The collected 2D SAXS patterns showed the 1^st to 12^th order meridional collagen reflections. Azimuthal integration was carried out over angular sectors of 45° width centered at the calibrated location of the direct beam on the detector. From the resulting 1D intensity profiles [a.u.] versus q [nm⁻¹] (Fig. 5 A) a two-term exponential background was subtracted (empirically determined best fit). The peak position, height and width (FWHM) were estimated by fitting a series of Gaussian curves to the first 8 order collagen reflections using non-linear least squares (OriginPro 8.6; Matlab R2013a). A straight line, q(n) = a+b * n, was fitted through the peak positions q(n) as a function of the order number (n) [16]. The collagen fibril D-spacing was calculated from D = 2 π/b. The precision of measuring the D-period was 0.24%. Precision was measured at pre-stress and is given as the upper 95% confidence interval of the coefficient of variation from 26 samples. Either absolute or normalized change of D-spacing served as averaged measures of collagen fibril elongation: collagen fibril deformation/lengthening (D) and collagen fibril strain (ε_F = D/D₀–1 [%]) with D₀ as D-period length at pre-stress/start of experiment. For each relaxation step, collagen fibril relaxation was measured as the relative shortening of D normalized to the D at start of each relaxation step (D₀): ε_R = D/D₀–1 [%]. Collagen fibril deformation as a function of tissue strain was highly linear up to at least yield point (Fig. 5 C) and therefore fitted by 1^st order polynomials to calculate fibril stiffness.
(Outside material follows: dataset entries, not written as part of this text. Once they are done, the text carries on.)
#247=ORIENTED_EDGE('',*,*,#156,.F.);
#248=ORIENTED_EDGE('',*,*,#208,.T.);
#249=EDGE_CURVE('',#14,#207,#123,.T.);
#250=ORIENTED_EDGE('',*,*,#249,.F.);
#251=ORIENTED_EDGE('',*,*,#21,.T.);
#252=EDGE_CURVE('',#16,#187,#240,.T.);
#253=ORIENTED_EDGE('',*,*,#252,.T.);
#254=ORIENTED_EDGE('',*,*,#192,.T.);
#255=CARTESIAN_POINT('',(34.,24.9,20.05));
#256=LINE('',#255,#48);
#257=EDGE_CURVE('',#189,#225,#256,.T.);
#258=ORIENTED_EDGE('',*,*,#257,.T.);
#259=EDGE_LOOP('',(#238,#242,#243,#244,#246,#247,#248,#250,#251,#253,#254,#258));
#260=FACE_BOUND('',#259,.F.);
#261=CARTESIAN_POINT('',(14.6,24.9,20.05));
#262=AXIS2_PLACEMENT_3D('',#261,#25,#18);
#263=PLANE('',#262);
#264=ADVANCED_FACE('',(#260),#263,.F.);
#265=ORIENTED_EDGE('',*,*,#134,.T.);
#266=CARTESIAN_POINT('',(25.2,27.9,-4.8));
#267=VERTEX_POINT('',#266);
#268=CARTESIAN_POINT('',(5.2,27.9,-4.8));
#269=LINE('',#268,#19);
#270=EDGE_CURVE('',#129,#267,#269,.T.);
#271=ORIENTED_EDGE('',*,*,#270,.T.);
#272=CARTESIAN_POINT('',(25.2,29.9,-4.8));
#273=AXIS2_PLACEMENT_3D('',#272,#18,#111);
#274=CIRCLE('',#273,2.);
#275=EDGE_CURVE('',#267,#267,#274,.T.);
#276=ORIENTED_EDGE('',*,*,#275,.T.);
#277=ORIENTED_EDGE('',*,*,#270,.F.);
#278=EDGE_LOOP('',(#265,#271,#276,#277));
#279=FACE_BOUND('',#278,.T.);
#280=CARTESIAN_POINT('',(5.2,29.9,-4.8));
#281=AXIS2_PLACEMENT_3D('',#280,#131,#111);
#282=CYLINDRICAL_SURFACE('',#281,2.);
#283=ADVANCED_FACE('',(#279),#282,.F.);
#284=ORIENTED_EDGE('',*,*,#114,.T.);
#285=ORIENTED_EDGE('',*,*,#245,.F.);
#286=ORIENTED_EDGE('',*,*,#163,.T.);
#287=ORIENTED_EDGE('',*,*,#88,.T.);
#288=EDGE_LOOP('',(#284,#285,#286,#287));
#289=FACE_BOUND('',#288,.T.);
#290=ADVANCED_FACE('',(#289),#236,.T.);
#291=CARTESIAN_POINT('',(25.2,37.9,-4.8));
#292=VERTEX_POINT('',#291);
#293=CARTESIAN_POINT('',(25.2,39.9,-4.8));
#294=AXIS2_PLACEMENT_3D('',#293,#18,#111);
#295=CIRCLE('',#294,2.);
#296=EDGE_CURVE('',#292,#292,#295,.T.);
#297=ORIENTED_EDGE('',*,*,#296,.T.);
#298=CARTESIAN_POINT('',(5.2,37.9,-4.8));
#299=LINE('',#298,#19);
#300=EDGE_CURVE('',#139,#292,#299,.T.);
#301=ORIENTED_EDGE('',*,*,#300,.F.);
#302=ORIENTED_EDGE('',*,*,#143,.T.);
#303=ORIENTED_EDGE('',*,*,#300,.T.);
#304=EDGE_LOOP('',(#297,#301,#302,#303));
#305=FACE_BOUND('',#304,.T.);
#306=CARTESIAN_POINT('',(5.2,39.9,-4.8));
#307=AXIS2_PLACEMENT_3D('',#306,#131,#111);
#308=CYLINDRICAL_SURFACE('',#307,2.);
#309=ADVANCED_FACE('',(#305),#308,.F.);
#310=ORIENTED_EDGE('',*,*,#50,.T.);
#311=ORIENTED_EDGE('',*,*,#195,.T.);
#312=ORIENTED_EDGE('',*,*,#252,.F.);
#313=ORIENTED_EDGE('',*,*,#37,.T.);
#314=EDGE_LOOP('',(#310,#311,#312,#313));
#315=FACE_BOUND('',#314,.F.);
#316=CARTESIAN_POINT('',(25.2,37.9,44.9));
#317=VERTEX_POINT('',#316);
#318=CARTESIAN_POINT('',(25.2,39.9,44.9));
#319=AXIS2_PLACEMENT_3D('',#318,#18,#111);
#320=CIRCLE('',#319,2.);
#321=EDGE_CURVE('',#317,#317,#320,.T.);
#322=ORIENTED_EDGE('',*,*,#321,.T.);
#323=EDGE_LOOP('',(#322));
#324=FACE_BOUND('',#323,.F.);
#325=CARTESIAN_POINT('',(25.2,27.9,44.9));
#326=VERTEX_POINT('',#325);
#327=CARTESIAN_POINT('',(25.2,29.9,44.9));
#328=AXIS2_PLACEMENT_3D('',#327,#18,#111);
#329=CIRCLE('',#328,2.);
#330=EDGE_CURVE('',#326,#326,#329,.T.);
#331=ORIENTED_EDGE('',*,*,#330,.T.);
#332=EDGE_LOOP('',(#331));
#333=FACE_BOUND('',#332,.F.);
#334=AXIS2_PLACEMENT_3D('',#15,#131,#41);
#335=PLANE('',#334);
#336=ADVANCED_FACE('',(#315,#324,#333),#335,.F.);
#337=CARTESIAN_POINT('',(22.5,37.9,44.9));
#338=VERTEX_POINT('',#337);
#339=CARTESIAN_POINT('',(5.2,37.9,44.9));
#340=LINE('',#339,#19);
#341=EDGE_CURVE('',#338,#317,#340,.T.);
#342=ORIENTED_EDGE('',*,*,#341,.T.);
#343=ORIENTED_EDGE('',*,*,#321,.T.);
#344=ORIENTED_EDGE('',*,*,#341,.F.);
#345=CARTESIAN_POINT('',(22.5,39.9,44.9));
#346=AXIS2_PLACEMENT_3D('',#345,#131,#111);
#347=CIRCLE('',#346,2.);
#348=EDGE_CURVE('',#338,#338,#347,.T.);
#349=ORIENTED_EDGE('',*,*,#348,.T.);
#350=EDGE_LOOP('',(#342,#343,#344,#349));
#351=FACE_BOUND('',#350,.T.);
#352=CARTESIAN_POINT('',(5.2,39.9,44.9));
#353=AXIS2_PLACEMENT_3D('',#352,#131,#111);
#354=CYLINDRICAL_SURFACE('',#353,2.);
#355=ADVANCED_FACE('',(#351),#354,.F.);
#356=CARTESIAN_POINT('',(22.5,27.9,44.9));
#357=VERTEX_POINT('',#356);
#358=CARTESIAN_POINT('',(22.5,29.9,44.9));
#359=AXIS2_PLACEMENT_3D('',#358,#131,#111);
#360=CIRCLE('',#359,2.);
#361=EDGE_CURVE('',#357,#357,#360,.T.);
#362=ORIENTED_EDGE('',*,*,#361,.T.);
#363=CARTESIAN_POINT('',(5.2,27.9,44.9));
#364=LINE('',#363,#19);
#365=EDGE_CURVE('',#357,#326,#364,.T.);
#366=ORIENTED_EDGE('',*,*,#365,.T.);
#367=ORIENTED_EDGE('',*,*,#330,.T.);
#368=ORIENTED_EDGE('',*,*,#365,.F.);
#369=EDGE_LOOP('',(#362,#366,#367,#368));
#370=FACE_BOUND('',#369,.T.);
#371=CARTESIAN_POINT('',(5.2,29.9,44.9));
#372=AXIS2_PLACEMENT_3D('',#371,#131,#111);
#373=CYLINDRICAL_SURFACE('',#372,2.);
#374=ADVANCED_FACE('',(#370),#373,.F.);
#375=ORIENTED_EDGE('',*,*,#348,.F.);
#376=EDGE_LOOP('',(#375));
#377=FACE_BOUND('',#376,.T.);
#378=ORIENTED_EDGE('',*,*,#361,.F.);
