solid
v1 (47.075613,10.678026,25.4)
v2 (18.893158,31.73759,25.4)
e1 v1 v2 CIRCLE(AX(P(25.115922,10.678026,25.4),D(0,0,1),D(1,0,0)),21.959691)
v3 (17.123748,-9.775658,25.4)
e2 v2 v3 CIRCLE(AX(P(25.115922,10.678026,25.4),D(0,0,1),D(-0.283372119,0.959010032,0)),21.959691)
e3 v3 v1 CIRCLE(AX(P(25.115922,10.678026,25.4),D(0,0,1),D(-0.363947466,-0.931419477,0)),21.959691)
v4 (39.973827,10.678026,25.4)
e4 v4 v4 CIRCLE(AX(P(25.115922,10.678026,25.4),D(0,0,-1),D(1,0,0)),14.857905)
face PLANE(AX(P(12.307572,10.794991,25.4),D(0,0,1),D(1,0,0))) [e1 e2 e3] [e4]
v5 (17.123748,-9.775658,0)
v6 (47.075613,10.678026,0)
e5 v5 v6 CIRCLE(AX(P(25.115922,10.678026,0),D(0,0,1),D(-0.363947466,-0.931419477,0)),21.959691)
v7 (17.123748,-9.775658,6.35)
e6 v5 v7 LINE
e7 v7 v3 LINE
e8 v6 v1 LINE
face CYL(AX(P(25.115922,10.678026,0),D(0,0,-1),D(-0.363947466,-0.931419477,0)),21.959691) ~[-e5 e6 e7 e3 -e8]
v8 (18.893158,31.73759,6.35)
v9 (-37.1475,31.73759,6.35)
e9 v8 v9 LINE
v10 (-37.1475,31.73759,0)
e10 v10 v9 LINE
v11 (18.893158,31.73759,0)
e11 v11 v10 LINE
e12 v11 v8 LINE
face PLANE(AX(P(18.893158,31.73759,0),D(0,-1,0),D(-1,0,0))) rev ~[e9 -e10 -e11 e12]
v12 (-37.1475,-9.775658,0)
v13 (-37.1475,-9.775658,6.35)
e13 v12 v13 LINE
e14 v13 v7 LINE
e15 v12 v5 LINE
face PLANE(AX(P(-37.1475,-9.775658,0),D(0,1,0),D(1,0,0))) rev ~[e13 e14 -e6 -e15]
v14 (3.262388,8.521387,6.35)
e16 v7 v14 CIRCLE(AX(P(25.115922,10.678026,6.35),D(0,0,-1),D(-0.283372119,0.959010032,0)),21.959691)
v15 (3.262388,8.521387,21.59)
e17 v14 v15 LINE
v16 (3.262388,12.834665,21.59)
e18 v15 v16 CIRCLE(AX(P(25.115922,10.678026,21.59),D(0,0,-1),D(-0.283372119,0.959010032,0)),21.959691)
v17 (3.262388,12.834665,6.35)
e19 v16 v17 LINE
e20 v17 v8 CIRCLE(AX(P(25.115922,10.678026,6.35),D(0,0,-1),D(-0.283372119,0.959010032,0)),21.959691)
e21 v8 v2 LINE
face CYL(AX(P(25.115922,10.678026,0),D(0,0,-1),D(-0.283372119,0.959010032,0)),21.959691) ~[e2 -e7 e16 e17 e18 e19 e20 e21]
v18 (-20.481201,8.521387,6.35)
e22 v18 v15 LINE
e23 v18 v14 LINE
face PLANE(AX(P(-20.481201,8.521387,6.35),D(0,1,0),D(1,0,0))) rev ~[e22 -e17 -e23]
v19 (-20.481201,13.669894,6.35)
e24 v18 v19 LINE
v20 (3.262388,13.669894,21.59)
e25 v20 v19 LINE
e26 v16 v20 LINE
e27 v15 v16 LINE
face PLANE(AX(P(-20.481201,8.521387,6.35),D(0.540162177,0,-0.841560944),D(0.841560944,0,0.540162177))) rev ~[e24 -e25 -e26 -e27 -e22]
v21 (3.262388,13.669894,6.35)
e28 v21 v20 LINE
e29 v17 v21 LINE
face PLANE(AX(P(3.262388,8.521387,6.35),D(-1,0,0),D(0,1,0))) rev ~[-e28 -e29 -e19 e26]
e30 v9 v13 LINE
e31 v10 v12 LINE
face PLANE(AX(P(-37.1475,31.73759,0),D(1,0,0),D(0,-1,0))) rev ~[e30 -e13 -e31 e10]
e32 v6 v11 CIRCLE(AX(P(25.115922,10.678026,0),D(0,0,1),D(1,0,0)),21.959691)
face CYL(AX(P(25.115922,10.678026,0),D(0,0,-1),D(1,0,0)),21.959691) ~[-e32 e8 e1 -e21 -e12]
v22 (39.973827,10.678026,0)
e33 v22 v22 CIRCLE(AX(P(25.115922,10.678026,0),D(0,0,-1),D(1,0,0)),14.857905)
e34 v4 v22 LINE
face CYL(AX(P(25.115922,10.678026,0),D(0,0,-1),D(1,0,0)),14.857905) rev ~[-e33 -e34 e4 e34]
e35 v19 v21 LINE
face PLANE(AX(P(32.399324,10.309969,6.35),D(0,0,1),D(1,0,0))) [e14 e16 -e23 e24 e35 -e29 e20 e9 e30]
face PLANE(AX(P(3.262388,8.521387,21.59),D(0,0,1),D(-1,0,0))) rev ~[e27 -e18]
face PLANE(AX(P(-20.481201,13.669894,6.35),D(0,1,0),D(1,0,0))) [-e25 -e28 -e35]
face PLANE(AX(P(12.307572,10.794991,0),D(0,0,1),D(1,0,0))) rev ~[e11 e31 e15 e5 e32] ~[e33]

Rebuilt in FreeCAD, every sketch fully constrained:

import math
import FreeCAD as App
import Part
import Sketcher
from FreeCAD import Vector
Q = App.Units.Quantity

doc = App.newDocument("Part")
body = doc.addObject("PartDesign::Body", "Body")

# Sketch on XY plane
sketch1 = doc.addObject("Sketcher::SketchObject", "Sketch")
body.addObject(sketch1)
sketch1.AttachmentSupport = (doc.XY_Plane, [""])
sketch1.MapMode = "FlatFace"
sketch1.addGeometry([
    Part.ArcOfCircle(Part.Circle(Vector(25, 11, 0), Vector(0, 0, 1), 22), math.radians(106), math.radians(249)),
    Part.ArcOfCircle(Part.Circle(Vector(25, 11, 0), Vector(0, 0, 1), 22), math.radians(-111), math.radians(0)),
    Part.ArcOfCircle(Part.Circle(Vector(25, 11, 0), Vector(0, 0, 1), 22), math.radians(0), math.radians(106)),
    Part.Circle(Vector(25, 11, 0), Vector(0, 0, 1), 15),
], False)
sketch1.addConstraint([
    Sketcher.Constraint("Tangent", 0, 2, 1, 1),
    Sketcher.Constraint("Tangent", 1, 2, 2, 1),
    Sketcher.Constraint("Tangent", 2, 2, 0, 1),
    Sketcher.Constraint("Coincident", 3, 3, 0, 3),
    Sketcher.Constraint("Horizontal", 3, 3, 1, 2),
    Sketcher.Constraint("Diameter", 3, Q("29.71581 mm")),
    Sketcher.Constraint("Radius", 0, Q("21.959691 mm")),
    Sketcher.Constraint("DistanceX", -1, 1, 0, 2, Q("17.123748 mm")),
    Sketcher.Constraint("DistanceY", 0, 2, -1, 1, Q("9.775658 mm")),
    Sketcher.Constraint("DistanceY", -1, 1, 2, 2, Q("31.73759 mm")),
    Sketcher.Constraint("DistanceX", -1, 1, 0, 3, Q("25.115922 mm")),
])
pad1 = doc.addObject("PartDesign::Pad", "Pad")
body.addObject(pad1)
pad1.Profile = sketch1
pad1.Length = Q("1 in")

# Sketch on XY plane
sketch2 = doc.addObject("Sketcher::SketchObject", "Sketch001")
body.addObject(sketch2)
sketch2.AttachmentSupport = (doc.XY_Plane, [""])
sketch2.MapMode = "FlatFace"
sketch2.addGeometry([
    Part.ArcOfCircle(Part.Circle(Vector(25, 11, 0), Vector(0, 0, 1), 22), math.radians(-111), math.radians(0)),  # 0
    Part.ArcOfCircle(Part.Circle(Vector(25, 11, 0), Vector(0, 0, 1), 22), math.radians(0), math.radians(106)),  # 1
    Part.LineSegment(Vector(19, 32, 0), Vector(-37, 32, 0)),  # 2
    Part.LineSegment(Vector(-37, 32, 0), Vector(-37, -10, 0)),  # 3
    Part.LineSegment(Vector(-37, -10, 0), Vector(17, -10, 0)),  # 4
    Part.Circle(Vector(25, 11, 0), Vector(0, 0, 1), 15),  # 5
], False)
sketch2.addConstraint([
    Sketcher.Constraint("Tangent", 0, 2, 1, 1),
    Sketcher.Constraint("Coincident", 1, 2, 2, 1),
    Sketcher.Constraint("Coincident", 2, 2, 3, 1),
    Sketcher.Constraint("Coincident", 3, 2, 4, 1),
    Sketcher.Constraint("Coincident", 4, 2, 0, 1),
    Sketcher.Constraint("Horizontal", 2),
    Sketcher.Constraint("Vertical", 3),
    Sketcher.Constraint("Horizontal", 4),
    Sketcher.Constraint("Coincident", 5, 3, 0, 3),
    Sketcher.Constraint("Equal", 0, 1),
    Sketcher.Constraint("Horizontal", 5, 3, 0, 2),
    Sketcher.Constraint("Diameter", 5, Q("29.71581 mm")),
    Sketcher.Constraint("Radius", 0, Q("21.959691 mm")),
    Sketcher.Constraint("DistanceX", 2, 2, -1, 1, Q("1.4625 in")),
    Sketcher.Constraint("DistanceY", 3, 2, 3, 1, Q("41.513248 mm")),
    Sketcher.Constraint("DistanceX", 2, 2, 2, 1, Q("56.040658 mm")),
    Sketcher.Constraint("DistanceX", 4, 1, 4, 2, Q("54.271248 mm")),
    Sketcher.Constraint("DistanceY", -1, 1, 1, 2, Q("31.73759 mm")),
])
pad2 = doc.addObject("PartDesign::Pad", "Pad001")
body.addObject(pad2)
pad2.Profile = sketch2
pad2.Length = Q("0.25 in")

# Sketch on XY plane
sketch3 = doc.addObject("Sketcher::SketchObject", "Sketch002")
body.addObject(sketch3)
sketch3.AttachmentSupport = (doc.XY_Plane, [""])
sketch3.MapMode = "FlatFace"
sketch3.AttachmentOffset = App.Placement(Vector(0, 0, 0.25 * 25.4), App.Rotation())
sketch3.addGeometry([
    Part.LineSegment(Vector(-20, 14, 0), Vector(-20, 9, 0)),
    Part.LineSegment(Vector(-20, 9, 0), Vector(3, 9, 0)),
    Part.LineSegment(Vector(3, 9, 0), Vector(3, 14, 0)),
    Part.LineSegment(Vector(3, 14, 0), Vector(-20, 14, 0)),
], False)
sketch3.addConstraint([
    Sketcher.Constraint("Coincident", 0, 2, 1, 1),
    Sketcher.Constraint("Coincident", 1, 2, 2, 1),
    Sketcher.Constraint("Coincident", 2, 2, 3, 1),
    Sketcher.Constraint("Coincident", 3, 2, 0, 1),
    Sketcher.Constraint("Vertical", 0),
    Sketcher.Constraint("Horizontal", 1),
    Sketcher.Constraint("Vertical", 2),
    Sketcher.Constraint("Horizontal", 3),
    Sketcher.Constraint("DistanceX", 1, 1, 1, 2, Q("23.743589 mm")),
    Sketcher.Constraint("DistanceX", 0, 2, -1, 1, Q("20.481201 mm")),
    Sketcher.Constraint("DistanceY", 0, 2, 0, 1, Q("5.148507 mm")),
    Sketcher.Constraint("DistanceY", -1, 1, 0, 2, Q("8.521387 mm")),
])
pad3 = doc.addObject("PartDesign::Pad", "Pad002")
body.addObject(pad3)
pad3.Profile = sketch3
pad3.Length = Q("0.6 in")

# Sketch on XZ plane
sketch4 = doc.addObject("Sketcher::SketchObject", "Sketch003")
body.addObject(sketch4)
sketch4.AttachmentSupport = (doc.XZ_Plane, [""])
sketch4.MapMode = "FlatFace"
sketch4.AttachmentOffset = App.Placement(Vector(0, 0, -8.521387), App.Rotation())
sketch4.addGeometry([
    Part.LineSegment(Vector(-20, 6, 0), Vector(3, 22, 0)),
    Part.LineSegment(Vector(3, 22, 0), Vector(-20, 22, 0)),
    Part.LineSegment(Vector(-20, 22, 0), Vector(-20, 6, 0)),
], False)
sketch4.addConstraint([
    Sketcher.Constraint("Coincident", 0, 2, 1, 1),
    Sketcher.Constraint("Coincident", 1, 2, 2, 1),
    Sketcher.Constraint("Coincident", 2, 2, 0, 1),
    Sketcher.Constraint("Horizontal", 1),
    Sketcher.Constraint("Vertical", 2),
    Sketcher.Constraint("DistanceY", 2, 2, 2, 1, Q("0.6 in")),
    Sketcher.Constraint("DistanceY", -1, 1, 0, 2, Q("0.85 in")),
    Sketcher.Constraint("DistanceX", 1, 2, 1, 1, Q("23.743589 mm")),
    Sketcher.Constraint("DistanceX", 1, 2, -1, 1, Q("20.481201 mm")),
])
pocket1 = doc.addObject("PartDesign::Pocket", "Pocket")
body.addObject(pocket1)
pocket1.Profile = sketch4
pocket1.Length = Q("1 in")

doc.recompute()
Force measurements were smoothed using a moving average filter of 20 points to reduce noise of the data recorded at 100 Hz.

Statistical analysis

Parameters derived from the experiments were analyzed using t-tests (factor: treatment group), one-way ANOVAs (fixed factor: treatment group), two-way ANOVAs (fixed factor: treatment group and experimental set) or RM ANOVAs (fixed factor: treatment group, repeated measures factor: time of treatment). Post hoc pairwise comparisons were made with adjusted p-values (Dunnett's test for treatment vs. control, Tukey-Kramer test for all pairwise comparisons with unequal sample sizes). Unless otherwise stated, results are reported as averages and standard deviations (1 SD). Two-sided tests were used and p-values of 0.05 were chosen as the level of significance, if not stated otherwise. Corresponding non-parametric counterparts were used when model assumptions were not met (SPSS v21.0/Matlab R2013a/OriginPro 8.6).